··· SOURCE DATA ···

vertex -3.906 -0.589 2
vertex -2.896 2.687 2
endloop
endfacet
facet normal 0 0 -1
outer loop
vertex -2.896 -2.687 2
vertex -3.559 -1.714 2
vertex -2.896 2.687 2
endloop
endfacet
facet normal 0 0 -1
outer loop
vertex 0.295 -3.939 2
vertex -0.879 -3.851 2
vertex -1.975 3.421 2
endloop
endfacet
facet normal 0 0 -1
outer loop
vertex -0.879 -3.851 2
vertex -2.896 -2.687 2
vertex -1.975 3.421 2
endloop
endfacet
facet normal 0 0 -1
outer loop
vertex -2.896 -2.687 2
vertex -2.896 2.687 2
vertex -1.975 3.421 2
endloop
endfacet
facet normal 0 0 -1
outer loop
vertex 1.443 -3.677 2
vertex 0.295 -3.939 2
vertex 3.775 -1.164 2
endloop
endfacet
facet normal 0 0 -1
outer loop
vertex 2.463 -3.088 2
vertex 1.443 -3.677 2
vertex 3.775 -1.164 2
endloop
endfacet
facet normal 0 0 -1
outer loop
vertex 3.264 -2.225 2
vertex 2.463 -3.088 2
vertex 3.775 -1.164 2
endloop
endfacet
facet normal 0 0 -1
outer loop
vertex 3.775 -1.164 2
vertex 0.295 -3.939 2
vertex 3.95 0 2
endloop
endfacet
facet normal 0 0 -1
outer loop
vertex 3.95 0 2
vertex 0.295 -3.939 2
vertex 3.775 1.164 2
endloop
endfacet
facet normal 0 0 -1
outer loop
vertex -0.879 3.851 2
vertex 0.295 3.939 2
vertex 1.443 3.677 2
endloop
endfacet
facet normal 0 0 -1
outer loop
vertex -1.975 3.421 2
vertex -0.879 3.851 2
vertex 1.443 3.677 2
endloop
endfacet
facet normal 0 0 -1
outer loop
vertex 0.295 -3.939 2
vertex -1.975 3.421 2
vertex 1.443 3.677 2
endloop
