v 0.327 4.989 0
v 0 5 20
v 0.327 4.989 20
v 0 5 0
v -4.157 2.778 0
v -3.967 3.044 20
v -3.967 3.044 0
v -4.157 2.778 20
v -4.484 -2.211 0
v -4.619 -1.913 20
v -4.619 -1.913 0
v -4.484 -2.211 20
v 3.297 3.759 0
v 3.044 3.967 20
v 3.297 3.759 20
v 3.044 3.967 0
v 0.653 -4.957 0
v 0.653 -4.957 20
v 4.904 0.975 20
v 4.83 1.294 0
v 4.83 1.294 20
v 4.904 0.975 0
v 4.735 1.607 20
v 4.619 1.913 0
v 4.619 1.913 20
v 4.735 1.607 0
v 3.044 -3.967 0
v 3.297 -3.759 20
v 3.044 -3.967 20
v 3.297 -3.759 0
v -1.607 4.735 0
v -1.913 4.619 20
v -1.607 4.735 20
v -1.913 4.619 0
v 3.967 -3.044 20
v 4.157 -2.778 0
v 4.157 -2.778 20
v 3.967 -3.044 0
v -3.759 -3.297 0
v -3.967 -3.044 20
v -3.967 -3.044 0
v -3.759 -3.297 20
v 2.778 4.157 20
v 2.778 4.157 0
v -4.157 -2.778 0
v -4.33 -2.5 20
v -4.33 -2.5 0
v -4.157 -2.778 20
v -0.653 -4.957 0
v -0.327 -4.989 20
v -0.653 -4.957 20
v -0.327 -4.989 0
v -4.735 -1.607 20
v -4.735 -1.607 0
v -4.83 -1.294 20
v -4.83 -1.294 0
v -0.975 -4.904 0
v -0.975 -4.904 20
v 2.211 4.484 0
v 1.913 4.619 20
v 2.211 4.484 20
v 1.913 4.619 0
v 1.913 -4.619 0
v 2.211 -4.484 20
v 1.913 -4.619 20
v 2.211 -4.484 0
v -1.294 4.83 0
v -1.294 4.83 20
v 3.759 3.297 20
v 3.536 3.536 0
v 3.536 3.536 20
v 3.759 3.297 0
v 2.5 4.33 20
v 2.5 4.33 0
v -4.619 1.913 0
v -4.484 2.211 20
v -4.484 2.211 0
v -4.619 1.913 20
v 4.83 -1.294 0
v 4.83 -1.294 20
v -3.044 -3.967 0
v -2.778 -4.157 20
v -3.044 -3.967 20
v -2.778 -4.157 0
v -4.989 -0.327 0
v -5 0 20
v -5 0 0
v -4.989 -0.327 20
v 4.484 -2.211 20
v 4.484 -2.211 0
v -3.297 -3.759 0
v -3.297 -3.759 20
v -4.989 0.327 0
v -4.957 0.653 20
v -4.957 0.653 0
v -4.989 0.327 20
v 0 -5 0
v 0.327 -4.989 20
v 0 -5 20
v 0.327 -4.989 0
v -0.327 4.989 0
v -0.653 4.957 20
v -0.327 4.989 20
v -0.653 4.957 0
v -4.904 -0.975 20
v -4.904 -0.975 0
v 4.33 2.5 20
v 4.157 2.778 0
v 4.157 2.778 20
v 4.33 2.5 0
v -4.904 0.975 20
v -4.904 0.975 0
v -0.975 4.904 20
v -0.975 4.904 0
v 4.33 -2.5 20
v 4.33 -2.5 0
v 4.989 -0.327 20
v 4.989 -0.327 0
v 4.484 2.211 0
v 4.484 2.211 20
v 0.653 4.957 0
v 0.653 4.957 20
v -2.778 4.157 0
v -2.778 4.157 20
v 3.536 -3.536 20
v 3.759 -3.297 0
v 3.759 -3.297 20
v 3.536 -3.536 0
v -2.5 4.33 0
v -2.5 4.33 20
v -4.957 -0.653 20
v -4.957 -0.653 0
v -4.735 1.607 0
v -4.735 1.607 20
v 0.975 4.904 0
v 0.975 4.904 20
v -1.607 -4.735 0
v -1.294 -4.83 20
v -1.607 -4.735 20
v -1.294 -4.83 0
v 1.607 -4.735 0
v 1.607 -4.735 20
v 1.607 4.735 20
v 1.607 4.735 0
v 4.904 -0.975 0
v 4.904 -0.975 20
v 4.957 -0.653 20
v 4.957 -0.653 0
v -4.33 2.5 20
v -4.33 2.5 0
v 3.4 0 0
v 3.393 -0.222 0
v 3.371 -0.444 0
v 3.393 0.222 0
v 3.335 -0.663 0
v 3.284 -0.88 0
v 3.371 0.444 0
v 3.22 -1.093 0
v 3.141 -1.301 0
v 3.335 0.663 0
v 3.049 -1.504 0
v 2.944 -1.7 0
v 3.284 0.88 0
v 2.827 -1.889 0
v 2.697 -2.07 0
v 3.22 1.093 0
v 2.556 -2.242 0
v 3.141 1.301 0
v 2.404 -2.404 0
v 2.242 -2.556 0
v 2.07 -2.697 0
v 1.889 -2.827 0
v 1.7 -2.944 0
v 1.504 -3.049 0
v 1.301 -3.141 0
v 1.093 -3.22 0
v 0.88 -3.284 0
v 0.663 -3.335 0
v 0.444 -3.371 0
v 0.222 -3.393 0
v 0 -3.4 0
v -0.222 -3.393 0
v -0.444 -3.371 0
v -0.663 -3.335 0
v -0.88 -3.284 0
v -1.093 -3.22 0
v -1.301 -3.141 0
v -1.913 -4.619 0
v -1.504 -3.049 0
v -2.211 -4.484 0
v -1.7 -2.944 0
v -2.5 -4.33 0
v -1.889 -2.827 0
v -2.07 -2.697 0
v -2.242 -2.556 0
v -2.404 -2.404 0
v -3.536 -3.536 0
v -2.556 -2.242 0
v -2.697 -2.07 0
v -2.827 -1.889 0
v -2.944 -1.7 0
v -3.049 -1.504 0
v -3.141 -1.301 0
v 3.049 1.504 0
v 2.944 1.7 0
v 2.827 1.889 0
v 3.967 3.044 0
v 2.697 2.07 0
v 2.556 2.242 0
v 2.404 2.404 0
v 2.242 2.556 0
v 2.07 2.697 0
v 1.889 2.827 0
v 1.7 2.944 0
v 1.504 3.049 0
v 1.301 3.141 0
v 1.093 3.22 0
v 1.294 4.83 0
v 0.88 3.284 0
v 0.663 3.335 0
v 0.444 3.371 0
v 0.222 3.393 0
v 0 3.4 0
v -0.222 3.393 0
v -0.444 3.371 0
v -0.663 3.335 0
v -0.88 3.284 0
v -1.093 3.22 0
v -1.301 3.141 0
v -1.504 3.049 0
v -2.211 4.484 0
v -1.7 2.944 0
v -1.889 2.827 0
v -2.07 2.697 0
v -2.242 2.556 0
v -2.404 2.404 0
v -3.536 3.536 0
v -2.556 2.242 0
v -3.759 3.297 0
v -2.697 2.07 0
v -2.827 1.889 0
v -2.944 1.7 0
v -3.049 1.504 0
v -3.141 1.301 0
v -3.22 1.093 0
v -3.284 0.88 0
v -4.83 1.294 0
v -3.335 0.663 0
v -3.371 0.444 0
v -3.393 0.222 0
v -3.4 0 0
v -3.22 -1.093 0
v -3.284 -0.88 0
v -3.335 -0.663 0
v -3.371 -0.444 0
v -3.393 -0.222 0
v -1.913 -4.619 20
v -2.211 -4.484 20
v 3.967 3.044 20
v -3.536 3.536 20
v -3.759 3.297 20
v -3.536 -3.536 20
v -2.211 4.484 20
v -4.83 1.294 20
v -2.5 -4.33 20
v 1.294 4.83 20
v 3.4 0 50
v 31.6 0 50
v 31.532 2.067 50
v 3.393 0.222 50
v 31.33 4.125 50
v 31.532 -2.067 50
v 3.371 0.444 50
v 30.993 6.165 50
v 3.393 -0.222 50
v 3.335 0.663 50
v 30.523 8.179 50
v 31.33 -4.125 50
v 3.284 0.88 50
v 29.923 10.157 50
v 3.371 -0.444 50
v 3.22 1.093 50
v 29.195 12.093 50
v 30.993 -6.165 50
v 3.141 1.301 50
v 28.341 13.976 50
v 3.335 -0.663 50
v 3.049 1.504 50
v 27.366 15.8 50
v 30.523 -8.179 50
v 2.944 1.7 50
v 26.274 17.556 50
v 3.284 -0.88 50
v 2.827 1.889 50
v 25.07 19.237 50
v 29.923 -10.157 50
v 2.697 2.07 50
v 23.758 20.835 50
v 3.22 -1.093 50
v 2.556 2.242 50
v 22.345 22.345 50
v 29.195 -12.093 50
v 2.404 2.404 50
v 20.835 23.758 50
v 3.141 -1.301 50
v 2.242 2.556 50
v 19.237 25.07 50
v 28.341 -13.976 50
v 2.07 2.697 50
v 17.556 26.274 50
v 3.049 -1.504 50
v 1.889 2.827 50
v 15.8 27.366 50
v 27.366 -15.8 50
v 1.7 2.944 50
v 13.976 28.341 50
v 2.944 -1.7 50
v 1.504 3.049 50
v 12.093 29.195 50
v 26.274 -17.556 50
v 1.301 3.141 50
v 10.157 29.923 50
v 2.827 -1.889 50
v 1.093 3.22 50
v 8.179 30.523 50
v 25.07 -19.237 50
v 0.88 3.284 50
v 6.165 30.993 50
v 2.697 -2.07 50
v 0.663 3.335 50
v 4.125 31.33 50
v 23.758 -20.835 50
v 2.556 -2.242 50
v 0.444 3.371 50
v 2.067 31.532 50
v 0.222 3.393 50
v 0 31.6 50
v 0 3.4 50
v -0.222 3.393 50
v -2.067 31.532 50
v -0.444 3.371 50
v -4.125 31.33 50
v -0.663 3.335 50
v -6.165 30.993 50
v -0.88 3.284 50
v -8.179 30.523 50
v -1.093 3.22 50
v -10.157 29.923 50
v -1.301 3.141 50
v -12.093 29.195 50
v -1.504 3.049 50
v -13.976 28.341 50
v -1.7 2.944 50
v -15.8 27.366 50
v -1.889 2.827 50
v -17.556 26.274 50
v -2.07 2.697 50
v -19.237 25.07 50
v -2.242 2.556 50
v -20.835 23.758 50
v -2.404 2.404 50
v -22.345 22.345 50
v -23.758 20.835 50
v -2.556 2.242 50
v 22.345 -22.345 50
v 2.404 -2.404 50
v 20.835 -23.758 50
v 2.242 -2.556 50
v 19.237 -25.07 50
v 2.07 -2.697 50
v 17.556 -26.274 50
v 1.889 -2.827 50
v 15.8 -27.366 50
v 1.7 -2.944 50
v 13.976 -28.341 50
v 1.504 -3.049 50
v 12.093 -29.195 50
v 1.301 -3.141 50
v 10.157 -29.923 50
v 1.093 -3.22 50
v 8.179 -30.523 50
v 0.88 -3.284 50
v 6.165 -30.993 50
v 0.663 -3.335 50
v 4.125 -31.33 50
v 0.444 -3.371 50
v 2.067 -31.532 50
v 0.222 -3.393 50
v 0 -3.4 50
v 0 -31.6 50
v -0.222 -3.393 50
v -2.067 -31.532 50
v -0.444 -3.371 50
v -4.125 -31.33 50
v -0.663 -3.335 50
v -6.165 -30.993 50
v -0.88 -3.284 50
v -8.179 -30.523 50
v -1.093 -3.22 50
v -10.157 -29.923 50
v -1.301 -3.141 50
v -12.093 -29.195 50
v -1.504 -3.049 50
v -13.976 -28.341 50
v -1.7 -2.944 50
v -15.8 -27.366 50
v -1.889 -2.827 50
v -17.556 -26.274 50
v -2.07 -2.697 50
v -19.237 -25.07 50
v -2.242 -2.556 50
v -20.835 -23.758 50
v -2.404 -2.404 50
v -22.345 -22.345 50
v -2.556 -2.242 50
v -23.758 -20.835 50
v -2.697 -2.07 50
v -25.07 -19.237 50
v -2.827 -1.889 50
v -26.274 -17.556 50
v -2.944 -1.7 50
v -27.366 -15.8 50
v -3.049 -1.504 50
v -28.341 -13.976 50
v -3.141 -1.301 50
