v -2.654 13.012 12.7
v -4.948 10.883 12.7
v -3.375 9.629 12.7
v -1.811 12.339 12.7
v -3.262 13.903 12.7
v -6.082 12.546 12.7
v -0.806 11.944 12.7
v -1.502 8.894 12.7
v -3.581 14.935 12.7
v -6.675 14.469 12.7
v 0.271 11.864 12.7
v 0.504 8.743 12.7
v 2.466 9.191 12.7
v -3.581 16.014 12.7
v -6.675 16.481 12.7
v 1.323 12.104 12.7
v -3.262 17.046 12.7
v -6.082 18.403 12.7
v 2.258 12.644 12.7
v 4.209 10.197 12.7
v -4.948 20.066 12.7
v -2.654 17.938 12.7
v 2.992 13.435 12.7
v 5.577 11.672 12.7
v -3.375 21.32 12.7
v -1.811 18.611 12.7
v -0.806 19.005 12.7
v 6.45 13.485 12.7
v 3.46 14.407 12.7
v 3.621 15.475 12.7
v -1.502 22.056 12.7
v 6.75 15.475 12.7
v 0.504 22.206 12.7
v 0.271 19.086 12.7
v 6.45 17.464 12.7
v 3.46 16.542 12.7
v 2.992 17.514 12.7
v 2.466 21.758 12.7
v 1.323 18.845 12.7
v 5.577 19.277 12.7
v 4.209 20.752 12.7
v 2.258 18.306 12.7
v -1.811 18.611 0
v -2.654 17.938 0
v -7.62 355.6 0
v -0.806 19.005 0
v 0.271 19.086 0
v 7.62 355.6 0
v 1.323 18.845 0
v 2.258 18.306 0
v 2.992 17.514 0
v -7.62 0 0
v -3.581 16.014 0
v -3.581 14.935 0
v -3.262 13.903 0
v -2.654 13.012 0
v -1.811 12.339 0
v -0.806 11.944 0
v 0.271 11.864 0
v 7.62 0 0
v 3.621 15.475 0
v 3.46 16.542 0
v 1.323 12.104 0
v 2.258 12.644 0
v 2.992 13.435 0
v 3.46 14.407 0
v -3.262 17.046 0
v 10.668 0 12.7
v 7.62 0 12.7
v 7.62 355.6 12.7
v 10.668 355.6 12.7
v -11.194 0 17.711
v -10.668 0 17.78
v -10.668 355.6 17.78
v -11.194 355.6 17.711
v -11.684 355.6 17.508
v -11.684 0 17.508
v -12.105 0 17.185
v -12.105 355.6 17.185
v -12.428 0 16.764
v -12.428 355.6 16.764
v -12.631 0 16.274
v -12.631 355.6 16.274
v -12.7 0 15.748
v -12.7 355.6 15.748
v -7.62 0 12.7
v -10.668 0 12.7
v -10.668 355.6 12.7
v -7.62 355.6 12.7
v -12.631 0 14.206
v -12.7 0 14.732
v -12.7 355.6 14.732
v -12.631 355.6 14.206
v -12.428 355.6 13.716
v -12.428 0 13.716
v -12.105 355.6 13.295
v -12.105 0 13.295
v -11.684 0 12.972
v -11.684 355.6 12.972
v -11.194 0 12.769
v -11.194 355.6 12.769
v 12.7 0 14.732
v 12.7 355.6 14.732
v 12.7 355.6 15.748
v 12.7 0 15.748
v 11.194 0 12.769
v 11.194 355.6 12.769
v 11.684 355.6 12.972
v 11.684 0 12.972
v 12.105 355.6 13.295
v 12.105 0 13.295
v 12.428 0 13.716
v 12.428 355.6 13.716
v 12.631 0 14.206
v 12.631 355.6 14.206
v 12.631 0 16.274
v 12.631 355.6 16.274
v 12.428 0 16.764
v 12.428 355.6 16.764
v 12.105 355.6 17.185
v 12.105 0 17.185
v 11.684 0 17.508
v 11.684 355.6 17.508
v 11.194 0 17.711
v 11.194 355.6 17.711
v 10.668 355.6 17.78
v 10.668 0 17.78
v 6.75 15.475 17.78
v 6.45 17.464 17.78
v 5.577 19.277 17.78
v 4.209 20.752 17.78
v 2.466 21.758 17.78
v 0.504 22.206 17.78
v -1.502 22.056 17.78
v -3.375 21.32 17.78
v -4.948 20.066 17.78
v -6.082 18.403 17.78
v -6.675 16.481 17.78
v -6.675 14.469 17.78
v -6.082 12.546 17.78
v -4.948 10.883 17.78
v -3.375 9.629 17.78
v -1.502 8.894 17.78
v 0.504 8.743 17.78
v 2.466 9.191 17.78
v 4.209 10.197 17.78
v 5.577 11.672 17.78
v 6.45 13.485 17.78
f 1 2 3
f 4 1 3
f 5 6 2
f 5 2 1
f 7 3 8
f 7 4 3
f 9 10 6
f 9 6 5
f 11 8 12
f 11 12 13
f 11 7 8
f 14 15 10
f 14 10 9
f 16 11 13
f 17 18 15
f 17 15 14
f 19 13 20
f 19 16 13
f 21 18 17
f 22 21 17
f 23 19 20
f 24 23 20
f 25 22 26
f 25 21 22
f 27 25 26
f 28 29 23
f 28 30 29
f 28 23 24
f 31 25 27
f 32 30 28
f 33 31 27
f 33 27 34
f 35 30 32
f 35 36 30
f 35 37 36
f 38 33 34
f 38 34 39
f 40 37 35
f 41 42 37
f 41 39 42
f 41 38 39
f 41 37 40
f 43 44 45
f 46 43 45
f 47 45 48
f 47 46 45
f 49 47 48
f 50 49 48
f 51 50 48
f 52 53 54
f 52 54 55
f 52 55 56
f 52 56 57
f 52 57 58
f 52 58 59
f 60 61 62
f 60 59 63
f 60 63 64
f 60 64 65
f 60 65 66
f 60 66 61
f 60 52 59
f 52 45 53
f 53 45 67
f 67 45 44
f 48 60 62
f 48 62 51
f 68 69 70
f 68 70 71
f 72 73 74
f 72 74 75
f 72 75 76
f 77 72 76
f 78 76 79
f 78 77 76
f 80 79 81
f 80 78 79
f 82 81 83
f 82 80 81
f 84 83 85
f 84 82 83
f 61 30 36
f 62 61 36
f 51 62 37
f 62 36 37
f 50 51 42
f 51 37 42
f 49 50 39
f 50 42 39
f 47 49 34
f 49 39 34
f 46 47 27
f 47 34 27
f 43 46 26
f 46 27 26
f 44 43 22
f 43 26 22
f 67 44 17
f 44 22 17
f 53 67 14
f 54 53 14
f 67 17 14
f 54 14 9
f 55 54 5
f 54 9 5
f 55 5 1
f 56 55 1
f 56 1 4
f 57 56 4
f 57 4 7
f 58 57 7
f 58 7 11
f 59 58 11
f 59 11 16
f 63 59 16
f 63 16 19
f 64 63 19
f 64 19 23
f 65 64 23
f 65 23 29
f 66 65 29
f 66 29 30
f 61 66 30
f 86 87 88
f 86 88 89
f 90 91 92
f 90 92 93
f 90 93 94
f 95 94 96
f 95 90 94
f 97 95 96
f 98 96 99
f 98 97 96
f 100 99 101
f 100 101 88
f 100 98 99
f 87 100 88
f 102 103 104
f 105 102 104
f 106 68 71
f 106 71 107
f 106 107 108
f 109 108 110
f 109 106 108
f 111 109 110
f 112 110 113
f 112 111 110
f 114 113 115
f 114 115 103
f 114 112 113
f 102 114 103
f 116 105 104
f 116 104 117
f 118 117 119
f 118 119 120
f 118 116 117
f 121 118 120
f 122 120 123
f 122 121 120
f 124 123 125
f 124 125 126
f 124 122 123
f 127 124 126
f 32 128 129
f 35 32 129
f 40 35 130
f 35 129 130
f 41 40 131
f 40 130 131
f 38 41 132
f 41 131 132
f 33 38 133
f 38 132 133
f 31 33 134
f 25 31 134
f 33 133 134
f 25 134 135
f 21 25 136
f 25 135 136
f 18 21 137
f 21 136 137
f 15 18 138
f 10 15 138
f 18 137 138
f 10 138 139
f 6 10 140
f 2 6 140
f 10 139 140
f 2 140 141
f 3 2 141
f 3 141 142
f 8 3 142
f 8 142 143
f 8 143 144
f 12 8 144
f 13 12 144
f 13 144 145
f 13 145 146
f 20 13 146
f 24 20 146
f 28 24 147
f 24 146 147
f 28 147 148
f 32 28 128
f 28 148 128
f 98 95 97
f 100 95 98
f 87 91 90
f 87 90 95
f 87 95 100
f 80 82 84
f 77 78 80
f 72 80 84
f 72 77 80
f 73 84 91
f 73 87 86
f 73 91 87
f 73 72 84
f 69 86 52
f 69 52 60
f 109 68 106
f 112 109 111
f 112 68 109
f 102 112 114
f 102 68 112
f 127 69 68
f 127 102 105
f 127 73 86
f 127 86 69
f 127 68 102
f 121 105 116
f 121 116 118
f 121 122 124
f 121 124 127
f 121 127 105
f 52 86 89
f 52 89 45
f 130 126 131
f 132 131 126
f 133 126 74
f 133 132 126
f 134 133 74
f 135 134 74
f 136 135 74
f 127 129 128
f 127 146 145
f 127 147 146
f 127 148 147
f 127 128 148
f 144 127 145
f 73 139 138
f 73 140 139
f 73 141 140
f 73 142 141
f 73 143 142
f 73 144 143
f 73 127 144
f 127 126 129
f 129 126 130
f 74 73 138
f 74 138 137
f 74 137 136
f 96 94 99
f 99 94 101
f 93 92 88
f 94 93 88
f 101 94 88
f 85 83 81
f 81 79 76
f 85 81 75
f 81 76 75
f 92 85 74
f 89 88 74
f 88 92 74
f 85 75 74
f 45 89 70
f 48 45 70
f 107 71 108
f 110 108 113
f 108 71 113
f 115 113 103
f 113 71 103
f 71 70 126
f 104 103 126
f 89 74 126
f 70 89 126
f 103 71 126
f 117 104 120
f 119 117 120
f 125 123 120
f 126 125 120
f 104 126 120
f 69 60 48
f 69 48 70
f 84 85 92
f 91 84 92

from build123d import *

# Parameters (mm, degrees)
F1_DEPTH = 355.6
F2_R     = 6.75023
F2_R_2   = 4.051718
F3_DEPTH = 5.08
F4_R     = 3.621045
F5_DEPTH = 25.4


with BuildPart() as f1:
    # F0 (on Front) → F1 (new body)
    with BuildSketch(Plane.XZ):
        with BuildLine():
            Line((10.668, 17.78), (0, 17.78))
            Line((0, 17.78), (-10.668, 17.78))
            ThreePointArc((-10.668, 17.78), (-12.104841, 17.184841), (-12.7, 15.748))
            Line((-12.7, 15.748), (-12.7, 14.732))
            ThreePointArc((-12.7, 14.732), (-12.104841, 13.295159), (-10.668, 12.7))
            Line((-10.668, 12.7), (-7.62, 12.7))
            Line((-7.62, 12.7), (-7.62, 0))
            Line((-7.62, 0), (0, 0))
            Line((0, 0), (7.62, 0))
            Line((7.62, 0), (7.62, 12.7))
            Line((7.62, 12.7), (10.668, 12.7))
            ThreePointArc((10.668, 12.7), (12.104841, 13.295159), (12.7, 14.732))
            Line((12.7, 14.732), (12.7, 15.748))
            ThreePointArc((12.7, 15.748), (12.104841, 17.184841), (10.668, 17.78))
        make_face()
    extrude(amount=-F1_DEPTH)

    # F2 (on face) → F3 (cut)
    with BuildSketch(Plane.XY.offset(17.78)):
        with Locations((0, 15.474608)):
            Circle(F2_R)
        with Locations((0, 15.474608)):
            Circle(F2_R_2, mode=Mode.SUBTRACT)
        with Locations((0, 15.474608)):
            Circle(F2_R_2)
    extrude(amount=-F3_DEPTH, mode=Mode.SUBTRACT)

    # F4 (on face) → F5 (cut)
    with BuildSketch(Plane.XY.offset(17.78)):
        with Locations((0, 15.474608)):
            Circle(F4_R)
    extrude(amount=-F5_DEPTH, mode=Mode.SUBTRACT)


solid = f1.part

···

■ **TASK**:
Each line above from the one with "v 3.536 3.536 20" up to and including the one with "v 3.759 -3.297 0" must be set down exactly, and no line outside that span may appear.

■ **RESULT FOR THIS EXERCISE**:
v 3.536 3.536 20
v 3.759 3.297 0
v 2.5 4.33 20
v 2.5 4.33 0
v -4.619 1.913 0
v -4.484 2.211 20
v -4.484 2.211 0
v -4.619 1.913 20
v 4.83 -1.294 0
v 4.83 -1.294 20
v -3.044 -3.967 0
v -2.778 -4.157 20
v -3.044 -3.967 20
v -2.778 -4.157 0
v -4.989 -0.327 0
v -5 0 20
v -5 0 0
v -4.989 -0.327 20
v 4.484 -2.211 20
v 4.484 -2.211 0
v -3.297 -3.759 0
v -3.297 -3.759 20
v -4.989 0.327 0
v -4.957 0.653 20
v -4.957 0.653 0
v -4.989 0.327 20
v 0 -5 0
v 0.327 -4.989 20
v 0 -5 20
v 0.327 -4.989 0
v -0.327 4.989 0
v -0.653 4.957 20
v -0.327 4.989 20
v -0.653 4.957 0
v -4.904 -0.975 20
v -4.904 -0.975 0
v 4.33 2.5 20
v 4.157 2.778 0
v 4.157 2.778 20
v 4.33 2.5 0
v -4.904 0.975 20
v -4.904 0.975 0
v -0.975 4.904 20
v -0.975 4.904 0
v 4.33 -2.5 20
v 4.33 -2.5 0
v 4.989 -0.327 20
v 4.989 -0.327 0
v 4.484 2.211 0
v 4.484 2.211 20
v 0.653 4.957 0
v 0.653 4.957 20
v -2.778 4.157 0
v -2.778 4.157 20
v 3.536 -3.536 20
v 3.759 -3.297 0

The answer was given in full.